### WORK ORDER
Find the line containing "f 138 159 160" in the entries below. Restate it and each line after it, word for word, up to and including the line containing "f 155 156 135".
Content starts
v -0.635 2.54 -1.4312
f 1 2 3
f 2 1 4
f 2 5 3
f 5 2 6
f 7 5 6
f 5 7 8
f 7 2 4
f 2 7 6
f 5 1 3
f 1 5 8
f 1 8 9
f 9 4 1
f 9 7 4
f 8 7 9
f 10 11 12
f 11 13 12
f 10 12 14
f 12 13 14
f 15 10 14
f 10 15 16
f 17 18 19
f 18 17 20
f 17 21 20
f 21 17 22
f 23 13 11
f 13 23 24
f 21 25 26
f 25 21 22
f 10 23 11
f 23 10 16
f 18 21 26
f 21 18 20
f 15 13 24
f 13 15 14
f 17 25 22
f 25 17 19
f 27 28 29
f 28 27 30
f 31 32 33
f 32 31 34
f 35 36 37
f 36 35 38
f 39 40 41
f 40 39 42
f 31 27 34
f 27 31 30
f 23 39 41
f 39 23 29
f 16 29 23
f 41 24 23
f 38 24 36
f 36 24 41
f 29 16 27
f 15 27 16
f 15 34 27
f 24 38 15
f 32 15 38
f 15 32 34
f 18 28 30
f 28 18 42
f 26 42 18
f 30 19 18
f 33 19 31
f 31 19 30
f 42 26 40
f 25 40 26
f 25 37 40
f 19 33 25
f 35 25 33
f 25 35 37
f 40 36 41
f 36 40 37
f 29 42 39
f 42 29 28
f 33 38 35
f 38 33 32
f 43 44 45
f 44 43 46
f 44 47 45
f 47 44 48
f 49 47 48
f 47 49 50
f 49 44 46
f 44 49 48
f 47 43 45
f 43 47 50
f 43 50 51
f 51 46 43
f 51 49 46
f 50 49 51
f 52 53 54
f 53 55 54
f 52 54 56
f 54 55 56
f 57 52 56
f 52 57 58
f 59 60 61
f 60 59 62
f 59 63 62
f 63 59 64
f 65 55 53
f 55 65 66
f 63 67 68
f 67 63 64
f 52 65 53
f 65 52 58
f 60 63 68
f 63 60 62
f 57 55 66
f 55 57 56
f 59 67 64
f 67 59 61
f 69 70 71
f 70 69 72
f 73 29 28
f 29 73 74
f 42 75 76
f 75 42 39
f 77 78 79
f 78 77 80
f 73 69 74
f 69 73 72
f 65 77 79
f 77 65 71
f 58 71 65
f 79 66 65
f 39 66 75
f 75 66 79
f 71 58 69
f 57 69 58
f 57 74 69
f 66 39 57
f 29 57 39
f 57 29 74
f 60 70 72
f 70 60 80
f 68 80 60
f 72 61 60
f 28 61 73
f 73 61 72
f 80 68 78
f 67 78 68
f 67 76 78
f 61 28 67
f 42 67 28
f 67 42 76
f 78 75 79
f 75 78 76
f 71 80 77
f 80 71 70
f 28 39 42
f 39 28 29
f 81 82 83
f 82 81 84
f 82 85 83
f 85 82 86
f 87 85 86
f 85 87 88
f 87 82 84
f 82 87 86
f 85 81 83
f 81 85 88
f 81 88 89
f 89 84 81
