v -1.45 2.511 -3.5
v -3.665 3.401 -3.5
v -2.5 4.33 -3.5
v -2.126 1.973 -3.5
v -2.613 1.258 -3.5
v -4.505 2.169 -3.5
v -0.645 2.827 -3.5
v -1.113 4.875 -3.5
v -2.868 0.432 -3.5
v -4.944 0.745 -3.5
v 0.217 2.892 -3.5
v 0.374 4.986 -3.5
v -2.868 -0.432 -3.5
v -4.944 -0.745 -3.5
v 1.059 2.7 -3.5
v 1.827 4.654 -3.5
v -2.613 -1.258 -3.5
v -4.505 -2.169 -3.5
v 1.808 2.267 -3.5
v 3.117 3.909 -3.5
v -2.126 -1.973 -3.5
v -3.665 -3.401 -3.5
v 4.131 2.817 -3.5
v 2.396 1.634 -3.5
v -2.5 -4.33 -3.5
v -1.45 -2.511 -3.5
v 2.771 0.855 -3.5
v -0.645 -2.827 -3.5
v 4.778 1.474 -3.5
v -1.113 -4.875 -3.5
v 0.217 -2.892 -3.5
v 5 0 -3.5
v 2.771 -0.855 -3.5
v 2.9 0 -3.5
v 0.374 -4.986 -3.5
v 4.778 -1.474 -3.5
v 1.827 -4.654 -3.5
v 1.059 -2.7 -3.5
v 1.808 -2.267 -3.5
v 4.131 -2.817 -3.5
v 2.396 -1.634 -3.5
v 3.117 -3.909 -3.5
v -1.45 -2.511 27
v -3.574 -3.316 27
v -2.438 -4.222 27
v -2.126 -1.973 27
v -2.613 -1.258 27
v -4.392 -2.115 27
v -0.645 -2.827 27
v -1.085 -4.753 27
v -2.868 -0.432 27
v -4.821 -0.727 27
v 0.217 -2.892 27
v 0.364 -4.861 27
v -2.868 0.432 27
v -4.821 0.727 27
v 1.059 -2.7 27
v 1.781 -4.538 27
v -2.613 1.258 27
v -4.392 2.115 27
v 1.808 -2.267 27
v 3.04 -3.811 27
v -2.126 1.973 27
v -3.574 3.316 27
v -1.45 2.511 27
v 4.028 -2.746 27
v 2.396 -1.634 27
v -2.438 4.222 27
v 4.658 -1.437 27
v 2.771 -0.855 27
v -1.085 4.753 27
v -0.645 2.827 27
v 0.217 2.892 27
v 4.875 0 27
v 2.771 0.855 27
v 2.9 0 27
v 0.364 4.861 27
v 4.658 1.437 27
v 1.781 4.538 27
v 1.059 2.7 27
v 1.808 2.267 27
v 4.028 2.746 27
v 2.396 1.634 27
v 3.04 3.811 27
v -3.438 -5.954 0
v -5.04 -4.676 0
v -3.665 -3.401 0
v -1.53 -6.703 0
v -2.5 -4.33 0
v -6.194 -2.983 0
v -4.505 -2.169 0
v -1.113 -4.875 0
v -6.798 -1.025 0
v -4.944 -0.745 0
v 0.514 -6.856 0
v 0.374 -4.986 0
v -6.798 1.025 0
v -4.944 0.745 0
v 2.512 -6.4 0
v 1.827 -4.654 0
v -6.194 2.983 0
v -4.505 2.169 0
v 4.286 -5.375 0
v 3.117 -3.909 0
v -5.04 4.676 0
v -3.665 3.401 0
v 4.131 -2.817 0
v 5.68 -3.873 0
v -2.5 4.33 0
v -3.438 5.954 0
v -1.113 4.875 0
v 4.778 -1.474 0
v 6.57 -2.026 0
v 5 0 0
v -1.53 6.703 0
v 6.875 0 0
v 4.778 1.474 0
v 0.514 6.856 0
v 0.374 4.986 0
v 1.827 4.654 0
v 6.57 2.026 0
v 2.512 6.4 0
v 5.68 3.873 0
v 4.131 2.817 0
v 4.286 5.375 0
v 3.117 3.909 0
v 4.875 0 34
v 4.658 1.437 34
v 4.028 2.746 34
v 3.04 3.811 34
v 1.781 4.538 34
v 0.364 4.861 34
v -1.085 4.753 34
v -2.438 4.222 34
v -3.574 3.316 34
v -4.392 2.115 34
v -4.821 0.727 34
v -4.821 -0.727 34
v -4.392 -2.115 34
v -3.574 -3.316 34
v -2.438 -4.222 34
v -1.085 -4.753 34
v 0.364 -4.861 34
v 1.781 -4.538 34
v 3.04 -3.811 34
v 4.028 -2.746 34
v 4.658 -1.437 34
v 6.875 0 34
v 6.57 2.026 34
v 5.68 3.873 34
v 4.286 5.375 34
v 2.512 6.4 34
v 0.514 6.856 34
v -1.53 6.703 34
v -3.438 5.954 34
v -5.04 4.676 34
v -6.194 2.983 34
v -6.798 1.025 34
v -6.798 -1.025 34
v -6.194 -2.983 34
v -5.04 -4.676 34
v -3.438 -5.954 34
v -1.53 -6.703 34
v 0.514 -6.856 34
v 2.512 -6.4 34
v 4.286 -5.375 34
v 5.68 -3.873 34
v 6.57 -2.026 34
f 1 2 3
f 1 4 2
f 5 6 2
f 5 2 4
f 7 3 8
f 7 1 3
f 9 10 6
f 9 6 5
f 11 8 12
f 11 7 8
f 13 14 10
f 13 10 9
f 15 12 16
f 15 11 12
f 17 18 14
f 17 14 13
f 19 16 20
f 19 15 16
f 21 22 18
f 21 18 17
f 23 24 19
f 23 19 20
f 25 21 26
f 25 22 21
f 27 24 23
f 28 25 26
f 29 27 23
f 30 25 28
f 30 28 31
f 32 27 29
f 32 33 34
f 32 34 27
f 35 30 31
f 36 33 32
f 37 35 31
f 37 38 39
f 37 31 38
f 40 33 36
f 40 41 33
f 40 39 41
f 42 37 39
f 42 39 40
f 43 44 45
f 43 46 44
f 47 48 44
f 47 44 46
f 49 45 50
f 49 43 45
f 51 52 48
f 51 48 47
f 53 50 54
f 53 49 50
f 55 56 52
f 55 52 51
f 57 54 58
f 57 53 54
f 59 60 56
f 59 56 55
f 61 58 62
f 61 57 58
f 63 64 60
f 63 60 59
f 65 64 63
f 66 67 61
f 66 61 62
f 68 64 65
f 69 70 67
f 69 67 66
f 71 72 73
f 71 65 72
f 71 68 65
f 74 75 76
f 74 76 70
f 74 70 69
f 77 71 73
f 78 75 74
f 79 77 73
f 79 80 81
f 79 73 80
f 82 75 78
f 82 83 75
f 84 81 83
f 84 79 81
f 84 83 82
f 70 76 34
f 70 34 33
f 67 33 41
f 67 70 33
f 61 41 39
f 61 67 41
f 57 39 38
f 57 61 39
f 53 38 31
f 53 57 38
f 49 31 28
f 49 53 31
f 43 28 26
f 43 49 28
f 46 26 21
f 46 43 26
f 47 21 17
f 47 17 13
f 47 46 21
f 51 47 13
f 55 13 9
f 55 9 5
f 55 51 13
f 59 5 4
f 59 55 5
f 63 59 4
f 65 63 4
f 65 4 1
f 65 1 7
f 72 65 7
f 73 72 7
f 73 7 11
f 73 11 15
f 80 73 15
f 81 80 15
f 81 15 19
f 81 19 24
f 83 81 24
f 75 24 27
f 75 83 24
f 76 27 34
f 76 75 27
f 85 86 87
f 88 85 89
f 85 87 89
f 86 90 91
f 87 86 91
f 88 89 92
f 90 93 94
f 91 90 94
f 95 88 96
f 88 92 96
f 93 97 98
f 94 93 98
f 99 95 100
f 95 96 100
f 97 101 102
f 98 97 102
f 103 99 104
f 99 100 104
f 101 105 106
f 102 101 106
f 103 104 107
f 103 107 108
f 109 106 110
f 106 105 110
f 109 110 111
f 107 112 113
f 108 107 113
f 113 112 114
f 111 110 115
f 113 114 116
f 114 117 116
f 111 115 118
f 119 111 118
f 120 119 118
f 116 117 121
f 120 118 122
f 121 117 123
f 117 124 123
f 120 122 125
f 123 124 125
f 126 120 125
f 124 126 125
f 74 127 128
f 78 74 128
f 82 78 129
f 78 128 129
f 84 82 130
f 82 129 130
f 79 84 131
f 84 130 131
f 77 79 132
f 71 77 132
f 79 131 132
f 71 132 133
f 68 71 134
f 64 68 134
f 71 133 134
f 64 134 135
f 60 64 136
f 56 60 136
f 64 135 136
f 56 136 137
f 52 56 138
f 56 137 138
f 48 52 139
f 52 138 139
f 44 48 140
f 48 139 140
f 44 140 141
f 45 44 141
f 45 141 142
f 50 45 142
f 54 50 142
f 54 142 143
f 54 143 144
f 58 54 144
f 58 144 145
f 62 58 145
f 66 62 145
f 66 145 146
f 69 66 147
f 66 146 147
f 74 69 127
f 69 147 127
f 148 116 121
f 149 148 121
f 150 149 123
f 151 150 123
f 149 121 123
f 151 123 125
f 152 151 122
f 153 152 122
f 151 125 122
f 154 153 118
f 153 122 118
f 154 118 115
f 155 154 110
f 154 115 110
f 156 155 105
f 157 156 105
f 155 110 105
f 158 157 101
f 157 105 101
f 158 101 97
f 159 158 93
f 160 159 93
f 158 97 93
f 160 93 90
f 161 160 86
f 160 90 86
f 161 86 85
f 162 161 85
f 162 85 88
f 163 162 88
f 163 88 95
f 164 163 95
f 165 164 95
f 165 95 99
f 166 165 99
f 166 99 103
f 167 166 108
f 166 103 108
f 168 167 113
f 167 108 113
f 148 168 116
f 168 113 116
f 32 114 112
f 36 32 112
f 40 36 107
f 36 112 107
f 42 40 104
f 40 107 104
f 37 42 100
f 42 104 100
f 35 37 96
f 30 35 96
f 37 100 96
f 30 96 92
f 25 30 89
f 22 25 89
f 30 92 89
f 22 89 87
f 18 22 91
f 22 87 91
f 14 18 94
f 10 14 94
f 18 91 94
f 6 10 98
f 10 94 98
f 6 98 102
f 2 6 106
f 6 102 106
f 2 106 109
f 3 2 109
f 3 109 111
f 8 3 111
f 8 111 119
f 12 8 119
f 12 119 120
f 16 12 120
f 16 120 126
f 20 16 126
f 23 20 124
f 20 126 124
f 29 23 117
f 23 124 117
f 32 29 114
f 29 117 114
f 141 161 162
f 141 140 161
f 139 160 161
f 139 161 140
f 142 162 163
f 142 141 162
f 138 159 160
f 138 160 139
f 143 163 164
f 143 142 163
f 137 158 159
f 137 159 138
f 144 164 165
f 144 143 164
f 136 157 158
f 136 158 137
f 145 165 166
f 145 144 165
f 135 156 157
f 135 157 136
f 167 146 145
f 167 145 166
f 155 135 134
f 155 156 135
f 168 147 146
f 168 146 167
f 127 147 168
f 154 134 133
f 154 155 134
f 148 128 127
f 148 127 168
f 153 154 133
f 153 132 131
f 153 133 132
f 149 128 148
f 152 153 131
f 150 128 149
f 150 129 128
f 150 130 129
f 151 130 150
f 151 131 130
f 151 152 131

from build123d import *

# Parameters (mm, degrees)
F0_R     = 6.875
F0_R_2   = 2.9
F1_DEPTH = 34
F2_R     = 5
F2_R_2   = 2.9
F3_DEPTH = 3.5
F4_R     = 4.875
F5_DEPTH = 7


with BuildPart() as f1:
    # F0 (on Top) → F1 (new body)
    with BuildSketch(Plane.XY):
        Circle(F0_R)
        Circle(F0_R_2, mode=Mode.SUBTRACT)
    extrude(amount=F1_DEPTH)

    # F2 (on face) → F3 (join)
    with BuildSketch(Plane(origin=(0, 0, 0), x_dir=(1, 0, 0), z_dir=(0, 0, -1))):
        Circle(F2_R)
        Circle(F2_R_2, mode=Mode.SUBTRACT)
    extrude(amount=F3_DEPTH)

    # F4 (on face) → F5 (cut)
    with BuildSketch(Plane.XY.offset(34)):
        Circle(F4_R)
    extrude(amount=-F5_DEPTH, mode=Mode.SUBTRACT)


solid = f1.part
Content ends
### ANSWER AREA
f 138 159 160
f 138 160 139
f 143 163 164
f 143 142 163
f 137 158 159
f 137 159 138
f 144 164 165
f 144 143 164
f 136 157 158
f 136 158 137
f 145 165 166
f 145 144 165
f 135 156 157
f 135 157 136
f 167 146 145
f 167 145 166
f 155 135 134
f 155 156 135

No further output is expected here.